-- MATERIAL SUPPLIED follows --

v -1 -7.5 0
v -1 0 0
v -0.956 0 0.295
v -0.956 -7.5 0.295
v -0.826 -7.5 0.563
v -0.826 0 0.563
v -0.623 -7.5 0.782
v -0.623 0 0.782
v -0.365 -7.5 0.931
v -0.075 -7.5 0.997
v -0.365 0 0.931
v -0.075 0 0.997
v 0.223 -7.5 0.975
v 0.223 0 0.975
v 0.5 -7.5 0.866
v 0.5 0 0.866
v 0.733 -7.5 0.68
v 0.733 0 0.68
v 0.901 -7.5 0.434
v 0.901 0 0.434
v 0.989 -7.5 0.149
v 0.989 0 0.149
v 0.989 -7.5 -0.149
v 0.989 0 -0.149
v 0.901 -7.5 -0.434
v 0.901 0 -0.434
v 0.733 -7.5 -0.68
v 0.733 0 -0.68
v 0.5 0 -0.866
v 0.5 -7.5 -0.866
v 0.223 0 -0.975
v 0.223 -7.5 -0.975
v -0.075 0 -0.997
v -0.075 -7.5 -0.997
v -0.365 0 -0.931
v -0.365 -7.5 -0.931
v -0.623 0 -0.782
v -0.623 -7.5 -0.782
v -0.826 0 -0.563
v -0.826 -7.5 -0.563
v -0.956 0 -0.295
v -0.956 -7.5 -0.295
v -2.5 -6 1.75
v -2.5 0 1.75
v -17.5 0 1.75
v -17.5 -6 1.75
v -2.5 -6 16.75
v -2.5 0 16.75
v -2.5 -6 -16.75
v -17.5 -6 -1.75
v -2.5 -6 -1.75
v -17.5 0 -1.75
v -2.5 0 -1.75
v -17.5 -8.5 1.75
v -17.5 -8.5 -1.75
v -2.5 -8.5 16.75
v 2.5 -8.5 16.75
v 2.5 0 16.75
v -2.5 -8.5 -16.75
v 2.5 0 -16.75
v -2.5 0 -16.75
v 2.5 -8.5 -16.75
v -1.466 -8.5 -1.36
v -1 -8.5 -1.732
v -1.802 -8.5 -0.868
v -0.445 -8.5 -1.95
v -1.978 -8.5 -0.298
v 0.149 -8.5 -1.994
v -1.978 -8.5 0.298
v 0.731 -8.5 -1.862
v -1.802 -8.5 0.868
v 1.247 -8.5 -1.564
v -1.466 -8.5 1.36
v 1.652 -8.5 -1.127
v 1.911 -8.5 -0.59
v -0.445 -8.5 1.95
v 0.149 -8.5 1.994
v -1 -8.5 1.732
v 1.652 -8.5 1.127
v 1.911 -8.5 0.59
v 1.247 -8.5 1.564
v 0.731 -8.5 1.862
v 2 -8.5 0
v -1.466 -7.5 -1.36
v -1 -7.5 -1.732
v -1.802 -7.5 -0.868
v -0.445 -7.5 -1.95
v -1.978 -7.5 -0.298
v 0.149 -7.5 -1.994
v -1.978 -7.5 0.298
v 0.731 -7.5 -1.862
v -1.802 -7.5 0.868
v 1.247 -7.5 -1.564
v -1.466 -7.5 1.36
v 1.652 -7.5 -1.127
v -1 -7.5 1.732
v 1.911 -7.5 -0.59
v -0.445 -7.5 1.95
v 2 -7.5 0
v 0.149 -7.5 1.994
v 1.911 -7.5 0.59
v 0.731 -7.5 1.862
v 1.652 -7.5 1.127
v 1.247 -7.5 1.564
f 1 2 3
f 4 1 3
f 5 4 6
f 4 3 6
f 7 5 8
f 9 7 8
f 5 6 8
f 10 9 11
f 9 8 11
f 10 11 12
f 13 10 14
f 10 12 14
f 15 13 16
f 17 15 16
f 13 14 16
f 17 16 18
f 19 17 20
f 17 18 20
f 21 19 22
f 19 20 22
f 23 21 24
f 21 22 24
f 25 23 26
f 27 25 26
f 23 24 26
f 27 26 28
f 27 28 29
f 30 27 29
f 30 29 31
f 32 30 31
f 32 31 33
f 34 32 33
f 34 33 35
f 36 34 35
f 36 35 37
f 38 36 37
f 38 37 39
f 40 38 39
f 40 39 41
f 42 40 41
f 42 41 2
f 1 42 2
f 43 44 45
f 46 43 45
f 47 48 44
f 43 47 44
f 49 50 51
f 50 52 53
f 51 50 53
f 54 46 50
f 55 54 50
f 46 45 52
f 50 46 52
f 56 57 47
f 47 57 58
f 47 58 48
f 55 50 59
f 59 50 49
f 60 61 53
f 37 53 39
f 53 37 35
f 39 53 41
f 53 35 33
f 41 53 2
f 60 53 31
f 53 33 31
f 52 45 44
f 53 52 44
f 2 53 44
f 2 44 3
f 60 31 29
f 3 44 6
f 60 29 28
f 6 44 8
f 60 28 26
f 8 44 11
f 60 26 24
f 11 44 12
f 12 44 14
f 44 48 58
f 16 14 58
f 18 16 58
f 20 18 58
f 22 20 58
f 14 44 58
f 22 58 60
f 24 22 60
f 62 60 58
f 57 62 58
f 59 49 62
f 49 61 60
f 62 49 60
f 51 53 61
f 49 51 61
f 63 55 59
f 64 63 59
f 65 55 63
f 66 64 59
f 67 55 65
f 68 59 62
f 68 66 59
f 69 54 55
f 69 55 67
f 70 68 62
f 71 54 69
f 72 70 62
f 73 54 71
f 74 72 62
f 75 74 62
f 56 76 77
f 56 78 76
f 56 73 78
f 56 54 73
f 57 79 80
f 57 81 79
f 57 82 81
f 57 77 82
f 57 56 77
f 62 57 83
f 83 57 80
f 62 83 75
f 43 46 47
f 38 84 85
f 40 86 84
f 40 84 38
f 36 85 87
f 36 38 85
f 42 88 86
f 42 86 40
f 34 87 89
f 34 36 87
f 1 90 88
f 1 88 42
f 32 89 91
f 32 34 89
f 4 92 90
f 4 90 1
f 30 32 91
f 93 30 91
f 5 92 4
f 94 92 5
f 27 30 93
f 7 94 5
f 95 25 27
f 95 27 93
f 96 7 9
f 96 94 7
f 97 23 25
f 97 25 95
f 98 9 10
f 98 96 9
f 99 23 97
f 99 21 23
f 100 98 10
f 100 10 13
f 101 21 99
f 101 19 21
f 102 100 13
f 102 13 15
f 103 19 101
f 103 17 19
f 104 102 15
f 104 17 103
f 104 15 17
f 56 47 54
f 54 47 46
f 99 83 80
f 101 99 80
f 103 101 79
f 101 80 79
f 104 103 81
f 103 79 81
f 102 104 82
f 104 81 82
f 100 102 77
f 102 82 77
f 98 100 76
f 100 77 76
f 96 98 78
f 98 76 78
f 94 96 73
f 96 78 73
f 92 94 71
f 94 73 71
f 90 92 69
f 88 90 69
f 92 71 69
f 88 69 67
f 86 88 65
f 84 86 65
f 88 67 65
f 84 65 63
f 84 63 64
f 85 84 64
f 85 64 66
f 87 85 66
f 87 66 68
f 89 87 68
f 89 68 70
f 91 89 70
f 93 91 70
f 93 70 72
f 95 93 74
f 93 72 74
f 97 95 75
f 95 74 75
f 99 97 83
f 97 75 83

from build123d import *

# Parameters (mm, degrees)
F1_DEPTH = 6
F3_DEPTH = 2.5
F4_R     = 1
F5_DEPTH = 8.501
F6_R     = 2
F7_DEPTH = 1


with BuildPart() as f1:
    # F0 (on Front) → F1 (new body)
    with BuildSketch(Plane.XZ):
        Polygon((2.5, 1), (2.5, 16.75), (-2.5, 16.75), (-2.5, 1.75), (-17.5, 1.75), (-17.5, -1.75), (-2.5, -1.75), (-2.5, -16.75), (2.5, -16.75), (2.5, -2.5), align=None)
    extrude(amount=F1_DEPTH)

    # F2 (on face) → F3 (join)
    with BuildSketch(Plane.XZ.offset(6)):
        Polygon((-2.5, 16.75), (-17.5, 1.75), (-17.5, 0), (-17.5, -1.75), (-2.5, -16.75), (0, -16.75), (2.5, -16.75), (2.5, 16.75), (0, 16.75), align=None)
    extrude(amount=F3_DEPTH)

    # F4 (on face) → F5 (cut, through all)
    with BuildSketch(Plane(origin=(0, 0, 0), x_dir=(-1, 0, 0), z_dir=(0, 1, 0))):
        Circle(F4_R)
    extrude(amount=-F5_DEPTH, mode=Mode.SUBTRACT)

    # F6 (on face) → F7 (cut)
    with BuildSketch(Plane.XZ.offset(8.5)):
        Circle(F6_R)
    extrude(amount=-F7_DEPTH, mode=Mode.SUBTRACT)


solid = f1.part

-- MATERIAL SUPPLIED concluded --
-- MATERIAL SUPPLIED follows --

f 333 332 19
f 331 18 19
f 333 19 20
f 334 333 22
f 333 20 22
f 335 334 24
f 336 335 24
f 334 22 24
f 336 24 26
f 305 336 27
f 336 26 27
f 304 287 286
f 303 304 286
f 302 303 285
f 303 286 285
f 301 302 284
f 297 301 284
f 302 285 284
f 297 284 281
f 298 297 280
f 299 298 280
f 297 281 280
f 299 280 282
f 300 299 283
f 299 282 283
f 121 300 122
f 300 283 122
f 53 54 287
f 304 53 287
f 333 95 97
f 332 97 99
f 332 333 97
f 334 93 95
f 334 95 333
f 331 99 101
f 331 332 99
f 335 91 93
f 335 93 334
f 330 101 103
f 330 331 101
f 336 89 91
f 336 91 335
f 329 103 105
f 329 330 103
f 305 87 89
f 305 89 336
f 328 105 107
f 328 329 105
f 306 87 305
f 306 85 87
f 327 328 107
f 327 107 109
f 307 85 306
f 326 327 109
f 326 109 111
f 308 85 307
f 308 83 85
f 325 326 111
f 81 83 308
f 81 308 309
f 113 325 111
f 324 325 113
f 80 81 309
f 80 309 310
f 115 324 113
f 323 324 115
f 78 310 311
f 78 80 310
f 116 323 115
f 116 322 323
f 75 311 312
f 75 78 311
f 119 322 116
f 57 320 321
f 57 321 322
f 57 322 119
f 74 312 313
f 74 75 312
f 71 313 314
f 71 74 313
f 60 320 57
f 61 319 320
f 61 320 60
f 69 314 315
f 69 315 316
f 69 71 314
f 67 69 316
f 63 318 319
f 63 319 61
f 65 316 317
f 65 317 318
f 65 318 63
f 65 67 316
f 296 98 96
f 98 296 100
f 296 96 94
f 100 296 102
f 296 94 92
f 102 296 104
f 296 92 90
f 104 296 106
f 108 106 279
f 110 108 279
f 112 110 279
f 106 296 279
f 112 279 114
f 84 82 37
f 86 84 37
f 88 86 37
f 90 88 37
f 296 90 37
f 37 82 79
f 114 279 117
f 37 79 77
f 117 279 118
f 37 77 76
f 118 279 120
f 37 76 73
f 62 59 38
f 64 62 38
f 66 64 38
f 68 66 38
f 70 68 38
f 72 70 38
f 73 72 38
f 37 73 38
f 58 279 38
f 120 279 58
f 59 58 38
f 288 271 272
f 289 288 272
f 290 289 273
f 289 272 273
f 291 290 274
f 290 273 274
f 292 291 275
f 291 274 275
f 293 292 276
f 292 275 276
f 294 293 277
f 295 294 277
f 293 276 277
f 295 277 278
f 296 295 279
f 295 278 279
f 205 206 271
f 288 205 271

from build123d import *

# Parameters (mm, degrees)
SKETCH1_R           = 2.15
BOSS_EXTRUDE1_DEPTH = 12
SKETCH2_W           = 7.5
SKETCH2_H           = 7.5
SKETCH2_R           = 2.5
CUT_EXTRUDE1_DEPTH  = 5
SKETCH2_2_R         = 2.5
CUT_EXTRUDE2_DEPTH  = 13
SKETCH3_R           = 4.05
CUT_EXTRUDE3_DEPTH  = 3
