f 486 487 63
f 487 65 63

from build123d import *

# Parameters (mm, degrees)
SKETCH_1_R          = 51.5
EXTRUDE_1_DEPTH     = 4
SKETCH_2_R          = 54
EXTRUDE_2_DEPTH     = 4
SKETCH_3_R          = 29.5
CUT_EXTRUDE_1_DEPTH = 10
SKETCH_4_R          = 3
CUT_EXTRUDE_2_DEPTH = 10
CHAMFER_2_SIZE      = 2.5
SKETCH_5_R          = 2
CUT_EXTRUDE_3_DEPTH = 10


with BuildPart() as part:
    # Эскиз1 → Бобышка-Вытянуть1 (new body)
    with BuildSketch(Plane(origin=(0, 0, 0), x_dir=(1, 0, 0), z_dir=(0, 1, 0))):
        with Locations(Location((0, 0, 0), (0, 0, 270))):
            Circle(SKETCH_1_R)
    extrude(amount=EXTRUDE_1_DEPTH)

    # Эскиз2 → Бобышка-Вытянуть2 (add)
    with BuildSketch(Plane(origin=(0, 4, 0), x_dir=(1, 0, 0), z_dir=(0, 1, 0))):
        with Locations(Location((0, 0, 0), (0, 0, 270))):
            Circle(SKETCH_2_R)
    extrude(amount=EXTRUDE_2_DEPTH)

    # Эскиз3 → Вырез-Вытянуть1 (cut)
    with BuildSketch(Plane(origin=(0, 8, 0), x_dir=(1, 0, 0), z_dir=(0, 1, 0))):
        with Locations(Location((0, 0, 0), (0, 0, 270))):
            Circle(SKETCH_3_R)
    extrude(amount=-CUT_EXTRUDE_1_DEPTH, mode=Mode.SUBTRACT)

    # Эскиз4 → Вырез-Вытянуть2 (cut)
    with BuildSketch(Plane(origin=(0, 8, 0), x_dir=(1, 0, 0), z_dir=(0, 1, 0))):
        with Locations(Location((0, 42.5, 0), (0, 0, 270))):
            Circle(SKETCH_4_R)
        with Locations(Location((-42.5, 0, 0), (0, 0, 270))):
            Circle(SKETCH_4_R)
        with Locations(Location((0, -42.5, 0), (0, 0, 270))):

-- MATERIAL SUPPLIED concluded --

WHAT YOU NEED TO DO: Reproduce only the lines above spanning from the line containing "v -1 -7.5 0" through the line containing "v -0.365 0 -0.931", word for word.

ANSWER SPACE:
v -1 -7.5 0
v -1 0 0
v -0.956 0 0.295
v -0.956 -7.5 0.295
v -0.826 -7.5 0.563
v -0.826 0 0.563
v -0.623 -7.5 0.782
v -0.623 0 0.782
v -0.365 -7.5 0.931
v -0.075 -7.5 0.997
v -0.365 0 0.931
v -0.075 0 0.997
v 0.223 -7.5 0.975
v 0.223 0 0.975
v 0.5 -7.5 0.866
v 0.5 0 0.866
v 0.733 -7.5 0.68
v 0.733 0 0.68
v 0.901 -7.5 0.434
v 0.901 0 0.434
v 0.989 -7.5 0.149
v 0.989 0 0.149
v 0.989 -7.5 -0.149
v 0.989 0 -0.149
v 0.901 -7.5 -0.434
v 0.901 0 -0.434
v 0.733 -7.5 -0.68
v 0.733 0 -0.68
v 0.5 0 -0.866
v 0.5 -7.5 -0.866
v 0.223 0 -0.975
v 0.223 -7.5 -0.975
v -0.075 0 -0.997
v -0.075 -7.5 -0.997
v -0.365 0 -0.931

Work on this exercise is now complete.